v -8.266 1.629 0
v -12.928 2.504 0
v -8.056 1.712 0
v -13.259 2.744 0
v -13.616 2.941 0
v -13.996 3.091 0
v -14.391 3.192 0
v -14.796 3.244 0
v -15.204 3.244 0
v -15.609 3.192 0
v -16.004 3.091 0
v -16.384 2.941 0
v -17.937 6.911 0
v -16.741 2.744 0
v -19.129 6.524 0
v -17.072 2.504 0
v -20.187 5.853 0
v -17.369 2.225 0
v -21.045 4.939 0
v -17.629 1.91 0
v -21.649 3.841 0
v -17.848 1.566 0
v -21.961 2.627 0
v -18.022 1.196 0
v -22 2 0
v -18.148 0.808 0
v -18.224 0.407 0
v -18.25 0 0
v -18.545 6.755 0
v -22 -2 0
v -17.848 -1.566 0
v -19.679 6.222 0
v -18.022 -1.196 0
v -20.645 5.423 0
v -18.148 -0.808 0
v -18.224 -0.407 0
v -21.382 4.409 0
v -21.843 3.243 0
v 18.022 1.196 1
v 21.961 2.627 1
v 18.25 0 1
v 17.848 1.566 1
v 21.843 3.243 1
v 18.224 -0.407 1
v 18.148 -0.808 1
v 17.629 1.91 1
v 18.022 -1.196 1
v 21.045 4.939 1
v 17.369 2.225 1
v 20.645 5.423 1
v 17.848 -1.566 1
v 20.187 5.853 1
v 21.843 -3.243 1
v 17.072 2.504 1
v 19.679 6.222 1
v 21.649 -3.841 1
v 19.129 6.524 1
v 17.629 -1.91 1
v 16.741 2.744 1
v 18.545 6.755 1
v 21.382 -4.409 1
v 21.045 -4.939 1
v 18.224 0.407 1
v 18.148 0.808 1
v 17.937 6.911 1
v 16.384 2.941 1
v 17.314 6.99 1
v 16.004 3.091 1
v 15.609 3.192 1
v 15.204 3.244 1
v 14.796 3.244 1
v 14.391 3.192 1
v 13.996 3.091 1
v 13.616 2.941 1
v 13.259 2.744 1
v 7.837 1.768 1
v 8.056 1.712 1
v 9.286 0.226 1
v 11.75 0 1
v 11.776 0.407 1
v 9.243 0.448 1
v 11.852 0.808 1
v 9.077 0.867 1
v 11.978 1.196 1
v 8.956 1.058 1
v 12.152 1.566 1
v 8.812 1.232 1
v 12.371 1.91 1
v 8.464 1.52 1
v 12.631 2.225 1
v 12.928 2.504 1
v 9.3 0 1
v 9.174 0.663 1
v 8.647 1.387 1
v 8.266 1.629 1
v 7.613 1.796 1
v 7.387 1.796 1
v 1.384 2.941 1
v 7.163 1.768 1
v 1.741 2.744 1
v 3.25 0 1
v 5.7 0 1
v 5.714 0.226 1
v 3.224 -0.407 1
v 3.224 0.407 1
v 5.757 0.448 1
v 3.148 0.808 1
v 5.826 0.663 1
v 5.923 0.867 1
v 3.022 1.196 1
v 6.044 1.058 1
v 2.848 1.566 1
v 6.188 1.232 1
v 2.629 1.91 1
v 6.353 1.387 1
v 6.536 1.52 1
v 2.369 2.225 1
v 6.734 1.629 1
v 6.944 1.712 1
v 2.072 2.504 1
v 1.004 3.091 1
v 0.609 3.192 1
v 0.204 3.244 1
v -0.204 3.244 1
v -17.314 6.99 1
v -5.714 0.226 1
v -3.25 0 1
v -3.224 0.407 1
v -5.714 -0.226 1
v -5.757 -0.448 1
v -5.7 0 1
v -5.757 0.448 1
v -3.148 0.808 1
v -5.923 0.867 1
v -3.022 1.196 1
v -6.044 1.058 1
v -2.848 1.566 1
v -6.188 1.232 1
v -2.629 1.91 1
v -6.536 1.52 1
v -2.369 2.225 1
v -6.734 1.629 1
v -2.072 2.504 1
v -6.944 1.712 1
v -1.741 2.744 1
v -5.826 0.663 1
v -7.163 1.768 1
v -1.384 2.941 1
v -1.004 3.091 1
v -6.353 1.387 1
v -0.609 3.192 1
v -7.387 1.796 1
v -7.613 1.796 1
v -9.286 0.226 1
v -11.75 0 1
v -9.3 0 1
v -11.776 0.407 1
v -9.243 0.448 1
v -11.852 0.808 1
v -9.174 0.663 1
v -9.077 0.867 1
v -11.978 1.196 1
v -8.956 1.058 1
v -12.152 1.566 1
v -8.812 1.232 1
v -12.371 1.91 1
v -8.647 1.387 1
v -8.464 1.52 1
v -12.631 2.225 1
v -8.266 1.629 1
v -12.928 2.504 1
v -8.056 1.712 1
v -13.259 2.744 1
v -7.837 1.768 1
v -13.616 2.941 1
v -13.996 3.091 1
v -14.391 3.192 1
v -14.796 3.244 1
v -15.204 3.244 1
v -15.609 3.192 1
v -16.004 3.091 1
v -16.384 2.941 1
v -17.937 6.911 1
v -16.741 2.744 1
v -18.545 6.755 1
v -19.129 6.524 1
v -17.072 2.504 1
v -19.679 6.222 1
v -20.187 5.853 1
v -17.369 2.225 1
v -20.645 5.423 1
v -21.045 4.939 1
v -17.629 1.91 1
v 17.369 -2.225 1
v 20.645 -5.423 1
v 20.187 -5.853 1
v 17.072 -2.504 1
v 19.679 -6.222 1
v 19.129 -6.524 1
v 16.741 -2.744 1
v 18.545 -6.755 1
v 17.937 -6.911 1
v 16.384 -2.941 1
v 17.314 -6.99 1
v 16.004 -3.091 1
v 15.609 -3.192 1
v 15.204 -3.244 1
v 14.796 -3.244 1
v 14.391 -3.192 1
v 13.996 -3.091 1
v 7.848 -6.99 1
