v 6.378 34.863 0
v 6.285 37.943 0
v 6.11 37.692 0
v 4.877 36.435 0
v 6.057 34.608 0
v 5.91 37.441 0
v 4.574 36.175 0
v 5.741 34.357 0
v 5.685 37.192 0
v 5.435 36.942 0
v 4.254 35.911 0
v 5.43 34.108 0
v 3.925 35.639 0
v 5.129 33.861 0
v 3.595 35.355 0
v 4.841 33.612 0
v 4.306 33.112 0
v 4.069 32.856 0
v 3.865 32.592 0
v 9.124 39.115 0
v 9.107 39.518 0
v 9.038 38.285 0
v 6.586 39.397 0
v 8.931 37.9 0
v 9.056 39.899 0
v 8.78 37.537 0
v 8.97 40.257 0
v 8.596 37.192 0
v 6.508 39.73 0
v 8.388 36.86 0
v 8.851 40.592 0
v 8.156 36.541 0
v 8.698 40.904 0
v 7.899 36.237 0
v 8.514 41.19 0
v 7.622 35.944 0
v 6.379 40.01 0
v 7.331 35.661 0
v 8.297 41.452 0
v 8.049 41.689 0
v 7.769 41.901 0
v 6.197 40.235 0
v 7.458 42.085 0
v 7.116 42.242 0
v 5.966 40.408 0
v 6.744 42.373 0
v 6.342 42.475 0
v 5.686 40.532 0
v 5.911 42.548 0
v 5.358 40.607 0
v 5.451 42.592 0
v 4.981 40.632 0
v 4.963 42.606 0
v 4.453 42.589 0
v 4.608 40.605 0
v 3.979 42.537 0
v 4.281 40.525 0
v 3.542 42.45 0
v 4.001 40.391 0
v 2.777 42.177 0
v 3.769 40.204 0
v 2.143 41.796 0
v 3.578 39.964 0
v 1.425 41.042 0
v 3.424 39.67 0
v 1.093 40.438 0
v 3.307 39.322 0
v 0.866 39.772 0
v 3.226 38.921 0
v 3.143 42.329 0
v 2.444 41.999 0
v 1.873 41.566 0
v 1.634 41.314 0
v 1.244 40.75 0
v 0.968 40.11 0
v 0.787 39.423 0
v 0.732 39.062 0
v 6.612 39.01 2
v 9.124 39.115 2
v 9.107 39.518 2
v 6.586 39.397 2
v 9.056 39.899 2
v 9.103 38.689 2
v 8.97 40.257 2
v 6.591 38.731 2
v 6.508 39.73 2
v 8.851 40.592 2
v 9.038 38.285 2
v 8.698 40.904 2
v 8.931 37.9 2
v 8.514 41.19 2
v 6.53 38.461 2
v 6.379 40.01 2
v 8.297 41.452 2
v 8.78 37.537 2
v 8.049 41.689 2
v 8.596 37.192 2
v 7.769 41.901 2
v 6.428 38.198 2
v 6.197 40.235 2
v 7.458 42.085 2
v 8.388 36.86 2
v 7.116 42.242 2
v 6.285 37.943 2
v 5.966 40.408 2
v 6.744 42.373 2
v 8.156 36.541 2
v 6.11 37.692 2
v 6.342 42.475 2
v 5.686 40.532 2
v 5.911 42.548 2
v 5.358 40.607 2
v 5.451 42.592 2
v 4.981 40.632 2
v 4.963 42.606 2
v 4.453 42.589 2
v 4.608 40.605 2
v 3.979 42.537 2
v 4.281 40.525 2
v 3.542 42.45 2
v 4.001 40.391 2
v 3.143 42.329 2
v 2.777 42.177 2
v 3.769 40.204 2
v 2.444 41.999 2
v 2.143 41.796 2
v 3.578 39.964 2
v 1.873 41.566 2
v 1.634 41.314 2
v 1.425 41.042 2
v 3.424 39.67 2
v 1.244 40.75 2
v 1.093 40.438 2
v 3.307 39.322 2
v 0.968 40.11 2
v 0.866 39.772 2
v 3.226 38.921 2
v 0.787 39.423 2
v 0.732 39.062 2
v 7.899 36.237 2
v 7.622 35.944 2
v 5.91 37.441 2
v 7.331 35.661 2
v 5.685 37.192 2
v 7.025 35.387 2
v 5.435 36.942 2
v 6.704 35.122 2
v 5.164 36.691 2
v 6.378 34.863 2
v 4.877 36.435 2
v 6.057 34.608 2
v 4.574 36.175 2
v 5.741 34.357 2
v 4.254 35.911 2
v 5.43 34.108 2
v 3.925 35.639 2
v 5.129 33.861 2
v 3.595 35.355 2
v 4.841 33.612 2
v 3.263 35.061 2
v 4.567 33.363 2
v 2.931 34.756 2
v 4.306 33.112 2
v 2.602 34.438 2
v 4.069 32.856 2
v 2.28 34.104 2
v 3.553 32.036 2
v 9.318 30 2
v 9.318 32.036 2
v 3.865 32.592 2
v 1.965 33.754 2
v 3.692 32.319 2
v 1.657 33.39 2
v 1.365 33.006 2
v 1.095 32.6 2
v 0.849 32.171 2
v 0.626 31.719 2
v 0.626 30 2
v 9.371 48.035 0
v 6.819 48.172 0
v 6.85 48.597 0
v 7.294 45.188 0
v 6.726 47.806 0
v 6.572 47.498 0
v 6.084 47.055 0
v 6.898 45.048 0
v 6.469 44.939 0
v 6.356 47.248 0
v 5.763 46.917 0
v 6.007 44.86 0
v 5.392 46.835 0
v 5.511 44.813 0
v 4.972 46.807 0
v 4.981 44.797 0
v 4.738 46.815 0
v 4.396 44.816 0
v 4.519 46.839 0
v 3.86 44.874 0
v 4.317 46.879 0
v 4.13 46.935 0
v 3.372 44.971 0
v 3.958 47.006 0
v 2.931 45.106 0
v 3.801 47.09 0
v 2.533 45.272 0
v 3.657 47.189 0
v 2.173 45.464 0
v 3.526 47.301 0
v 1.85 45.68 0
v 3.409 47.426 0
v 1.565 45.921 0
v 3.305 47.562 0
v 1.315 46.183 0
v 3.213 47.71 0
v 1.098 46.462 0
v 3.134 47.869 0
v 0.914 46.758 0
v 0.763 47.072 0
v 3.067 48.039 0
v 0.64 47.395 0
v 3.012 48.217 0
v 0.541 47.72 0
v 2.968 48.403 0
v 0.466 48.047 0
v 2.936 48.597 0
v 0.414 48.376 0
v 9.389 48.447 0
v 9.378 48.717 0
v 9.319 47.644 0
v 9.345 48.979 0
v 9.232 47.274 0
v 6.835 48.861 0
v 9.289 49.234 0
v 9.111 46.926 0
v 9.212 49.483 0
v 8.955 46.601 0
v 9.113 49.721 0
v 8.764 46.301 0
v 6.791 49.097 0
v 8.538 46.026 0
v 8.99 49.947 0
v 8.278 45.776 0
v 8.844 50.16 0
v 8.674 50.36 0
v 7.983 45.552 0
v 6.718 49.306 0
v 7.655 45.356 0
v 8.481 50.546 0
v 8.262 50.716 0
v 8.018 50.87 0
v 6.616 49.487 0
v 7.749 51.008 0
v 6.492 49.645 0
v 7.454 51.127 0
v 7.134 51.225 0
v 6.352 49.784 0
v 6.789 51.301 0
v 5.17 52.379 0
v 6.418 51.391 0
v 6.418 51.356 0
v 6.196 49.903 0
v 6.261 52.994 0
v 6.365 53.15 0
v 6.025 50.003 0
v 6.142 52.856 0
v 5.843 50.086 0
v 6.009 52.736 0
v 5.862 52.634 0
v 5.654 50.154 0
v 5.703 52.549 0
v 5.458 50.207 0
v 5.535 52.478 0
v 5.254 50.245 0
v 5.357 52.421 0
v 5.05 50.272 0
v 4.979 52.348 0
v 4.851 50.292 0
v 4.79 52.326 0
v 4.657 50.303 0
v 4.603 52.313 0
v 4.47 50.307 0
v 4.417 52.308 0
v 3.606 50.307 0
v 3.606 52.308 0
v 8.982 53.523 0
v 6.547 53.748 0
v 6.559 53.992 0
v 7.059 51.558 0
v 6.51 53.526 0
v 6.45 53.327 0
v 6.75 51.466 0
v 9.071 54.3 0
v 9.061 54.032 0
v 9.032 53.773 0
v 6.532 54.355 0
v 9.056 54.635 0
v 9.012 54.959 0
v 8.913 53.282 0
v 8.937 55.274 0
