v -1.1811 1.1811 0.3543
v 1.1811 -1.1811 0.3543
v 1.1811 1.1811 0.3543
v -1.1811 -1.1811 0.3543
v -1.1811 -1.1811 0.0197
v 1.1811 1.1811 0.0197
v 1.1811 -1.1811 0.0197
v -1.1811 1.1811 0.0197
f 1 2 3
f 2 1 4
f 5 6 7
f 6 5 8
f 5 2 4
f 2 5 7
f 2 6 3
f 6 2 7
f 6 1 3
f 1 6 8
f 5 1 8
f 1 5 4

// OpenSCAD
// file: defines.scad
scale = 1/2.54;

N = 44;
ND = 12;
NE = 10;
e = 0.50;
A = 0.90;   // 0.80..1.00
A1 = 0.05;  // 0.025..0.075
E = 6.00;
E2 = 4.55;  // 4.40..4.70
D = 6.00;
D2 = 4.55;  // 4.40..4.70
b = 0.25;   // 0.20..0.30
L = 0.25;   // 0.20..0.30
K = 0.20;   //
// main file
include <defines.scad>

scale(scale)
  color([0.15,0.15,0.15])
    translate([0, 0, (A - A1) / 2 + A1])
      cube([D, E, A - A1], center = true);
======
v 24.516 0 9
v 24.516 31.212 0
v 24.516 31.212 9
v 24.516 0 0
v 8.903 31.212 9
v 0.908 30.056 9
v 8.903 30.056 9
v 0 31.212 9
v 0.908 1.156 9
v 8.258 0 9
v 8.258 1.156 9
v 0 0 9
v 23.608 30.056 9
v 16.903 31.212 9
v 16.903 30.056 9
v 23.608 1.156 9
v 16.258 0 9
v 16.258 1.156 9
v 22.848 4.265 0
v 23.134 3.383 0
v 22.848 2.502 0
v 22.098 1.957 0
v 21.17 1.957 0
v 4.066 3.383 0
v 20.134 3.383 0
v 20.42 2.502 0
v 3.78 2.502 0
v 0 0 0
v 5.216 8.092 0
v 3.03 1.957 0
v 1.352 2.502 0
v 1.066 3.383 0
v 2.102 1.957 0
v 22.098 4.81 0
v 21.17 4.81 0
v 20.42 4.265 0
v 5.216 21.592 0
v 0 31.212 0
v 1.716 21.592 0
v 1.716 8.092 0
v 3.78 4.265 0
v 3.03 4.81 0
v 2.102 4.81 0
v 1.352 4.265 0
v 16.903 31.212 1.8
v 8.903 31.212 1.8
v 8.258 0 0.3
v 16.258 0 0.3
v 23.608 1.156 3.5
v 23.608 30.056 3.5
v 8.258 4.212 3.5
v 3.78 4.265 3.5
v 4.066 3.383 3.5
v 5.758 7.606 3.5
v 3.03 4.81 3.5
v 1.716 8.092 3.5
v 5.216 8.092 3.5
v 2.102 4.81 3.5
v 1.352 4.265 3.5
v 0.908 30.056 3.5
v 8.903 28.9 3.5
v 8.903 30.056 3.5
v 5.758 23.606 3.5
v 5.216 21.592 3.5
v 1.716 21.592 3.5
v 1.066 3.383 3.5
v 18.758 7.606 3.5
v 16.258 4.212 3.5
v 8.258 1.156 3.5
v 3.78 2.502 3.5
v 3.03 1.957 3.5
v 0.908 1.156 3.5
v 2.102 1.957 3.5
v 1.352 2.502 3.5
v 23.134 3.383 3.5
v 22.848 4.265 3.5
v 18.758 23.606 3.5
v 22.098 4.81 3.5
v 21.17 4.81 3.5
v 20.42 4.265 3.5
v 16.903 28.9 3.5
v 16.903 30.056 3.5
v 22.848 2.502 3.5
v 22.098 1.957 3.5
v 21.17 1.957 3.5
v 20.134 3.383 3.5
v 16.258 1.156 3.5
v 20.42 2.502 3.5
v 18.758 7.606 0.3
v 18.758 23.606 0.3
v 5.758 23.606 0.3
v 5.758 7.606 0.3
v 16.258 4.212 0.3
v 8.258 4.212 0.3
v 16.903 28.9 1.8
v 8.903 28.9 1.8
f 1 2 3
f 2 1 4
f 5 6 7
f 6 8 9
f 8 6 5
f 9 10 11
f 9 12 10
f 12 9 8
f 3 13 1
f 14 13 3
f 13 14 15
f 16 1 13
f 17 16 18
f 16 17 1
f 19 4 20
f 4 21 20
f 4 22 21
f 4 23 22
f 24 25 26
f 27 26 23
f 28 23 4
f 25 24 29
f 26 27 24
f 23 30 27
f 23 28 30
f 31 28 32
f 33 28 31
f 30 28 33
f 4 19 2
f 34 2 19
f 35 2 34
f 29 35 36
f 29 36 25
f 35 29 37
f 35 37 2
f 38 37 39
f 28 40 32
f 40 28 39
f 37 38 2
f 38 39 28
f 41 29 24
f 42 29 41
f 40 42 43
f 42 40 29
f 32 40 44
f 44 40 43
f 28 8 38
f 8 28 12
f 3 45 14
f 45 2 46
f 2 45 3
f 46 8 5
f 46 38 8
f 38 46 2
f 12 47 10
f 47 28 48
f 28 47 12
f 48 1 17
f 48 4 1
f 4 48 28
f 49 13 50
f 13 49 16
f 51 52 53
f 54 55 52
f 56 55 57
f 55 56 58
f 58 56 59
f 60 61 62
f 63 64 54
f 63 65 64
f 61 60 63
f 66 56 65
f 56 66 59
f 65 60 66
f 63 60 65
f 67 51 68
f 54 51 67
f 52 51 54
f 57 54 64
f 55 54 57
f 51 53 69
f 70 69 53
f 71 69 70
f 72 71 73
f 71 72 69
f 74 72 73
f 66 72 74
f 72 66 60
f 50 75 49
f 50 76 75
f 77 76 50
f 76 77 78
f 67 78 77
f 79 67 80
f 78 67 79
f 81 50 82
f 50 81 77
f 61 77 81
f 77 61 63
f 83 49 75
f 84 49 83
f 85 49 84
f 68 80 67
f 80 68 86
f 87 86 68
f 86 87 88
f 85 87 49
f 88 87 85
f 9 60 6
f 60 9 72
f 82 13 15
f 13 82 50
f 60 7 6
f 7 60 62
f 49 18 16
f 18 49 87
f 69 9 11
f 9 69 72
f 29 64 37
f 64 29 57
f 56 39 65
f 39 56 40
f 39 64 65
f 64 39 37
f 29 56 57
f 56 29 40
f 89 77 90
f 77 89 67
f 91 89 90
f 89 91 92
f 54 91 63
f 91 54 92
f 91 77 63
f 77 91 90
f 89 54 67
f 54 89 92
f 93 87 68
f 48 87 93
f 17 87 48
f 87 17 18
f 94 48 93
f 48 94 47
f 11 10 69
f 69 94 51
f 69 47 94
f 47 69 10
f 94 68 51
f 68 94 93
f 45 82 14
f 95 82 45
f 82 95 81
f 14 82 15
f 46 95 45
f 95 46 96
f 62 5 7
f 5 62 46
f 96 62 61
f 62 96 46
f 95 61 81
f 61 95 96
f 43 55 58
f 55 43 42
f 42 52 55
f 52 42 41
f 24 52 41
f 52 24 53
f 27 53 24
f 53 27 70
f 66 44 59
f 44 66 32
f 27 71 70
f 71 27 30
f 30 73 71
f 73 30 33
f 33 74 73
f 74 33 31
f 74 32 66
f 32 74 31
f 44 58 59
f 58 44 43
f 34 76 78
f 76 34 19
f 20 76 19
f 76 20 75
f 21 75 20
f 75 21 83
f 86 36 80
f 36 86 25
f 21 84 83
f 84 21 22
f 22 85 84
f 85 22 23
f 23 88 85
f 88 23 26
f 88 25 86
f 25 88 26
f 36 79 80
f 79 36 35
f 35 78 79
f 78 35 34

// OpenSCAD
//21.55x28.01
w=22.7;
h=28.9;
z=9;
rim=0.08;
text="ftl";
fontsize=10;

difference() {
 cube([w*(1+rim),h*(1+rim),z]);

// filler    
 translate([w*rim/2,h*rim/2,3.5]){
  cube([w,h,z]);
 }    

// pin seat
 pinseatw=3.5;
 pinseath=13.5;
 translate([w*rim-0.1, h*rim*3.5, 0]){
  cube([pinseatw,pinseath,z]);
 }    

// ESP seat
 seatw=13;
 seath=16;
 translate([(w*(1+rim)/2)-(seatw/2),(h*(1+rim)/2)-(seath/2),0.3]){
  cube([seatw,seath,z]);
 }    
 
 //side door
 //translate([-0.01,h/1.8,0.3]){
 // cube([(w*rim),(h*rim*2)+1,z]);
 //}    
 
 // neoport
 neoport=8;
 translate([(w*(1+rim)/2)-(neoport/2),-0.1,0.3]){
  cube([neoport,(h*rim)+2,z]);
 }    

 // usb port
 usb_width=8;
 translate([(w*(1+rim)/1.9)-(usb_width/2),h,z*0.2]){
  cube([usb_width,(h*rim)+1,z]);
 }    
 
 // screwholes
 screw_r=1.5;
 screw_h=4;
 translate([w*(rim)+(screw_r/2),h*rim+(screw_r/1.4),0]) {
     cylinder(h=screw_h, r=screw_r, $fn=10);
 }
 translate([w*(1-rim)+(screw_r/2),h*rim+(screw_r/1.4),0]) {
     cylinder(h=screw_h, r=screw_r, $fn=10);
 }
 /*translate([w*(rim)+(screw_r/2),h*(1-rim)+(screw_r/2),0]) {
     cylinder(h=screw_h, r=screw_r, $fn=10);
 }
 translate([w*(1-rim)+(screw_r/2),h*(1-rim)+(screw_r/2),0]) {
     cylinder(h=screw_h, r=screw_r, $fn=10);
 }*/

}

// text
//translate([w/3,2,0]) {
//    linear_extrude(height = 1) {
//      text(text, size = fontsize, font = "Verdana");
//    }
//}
======
* [What the exercise asks] Restate word for word only the lines above from the line containing "v -8.266 1.629 0" to the line containing "v 18.022 1.196 1", both of them included.

* [Solved exercise]
v -8.266 1.629 0
v -12.928 2.504 0
v -8.056 1.712 0
v -13.259 2.744 0
v -13.616 2.941 0
v -13.996 3.091 0
v -14.391 3.192 0
v -14.796 3.244 0
v -15.204 3.244 0
v -15.609 3.192 0
v -16.004 3.091 0
v -16.384 2.941 0
v -17.937 6.911 0
v -16.741 2.744 0
v -19.129 6.524 0
v -17.072 2.504 0
v -20.187 5.853 0
v -17.369 2.225 0
v -21.045 4.939 0
v -17.629 1.91 0
v -21.649 3.841 0
v -17.848 1.566 0
v -21.961 2.627 0
v -18.022 1.196 0
v -22 2 0
v -18.148 0.808 0
v -18.224 0.407 0
v -18.25 0 0
v -18.545 6.755 0
v -22 -2 0
v -17.848 -1.566 0
v -19.679 6.222 0
v -18.022 -1.196 0
v -20.645 5.423 0
v -18.148 -0.808 0
v -18.224 -0.407 0
v -21.382 4.409 0
v -21.843 3.243 0
v 18.022 1.196 1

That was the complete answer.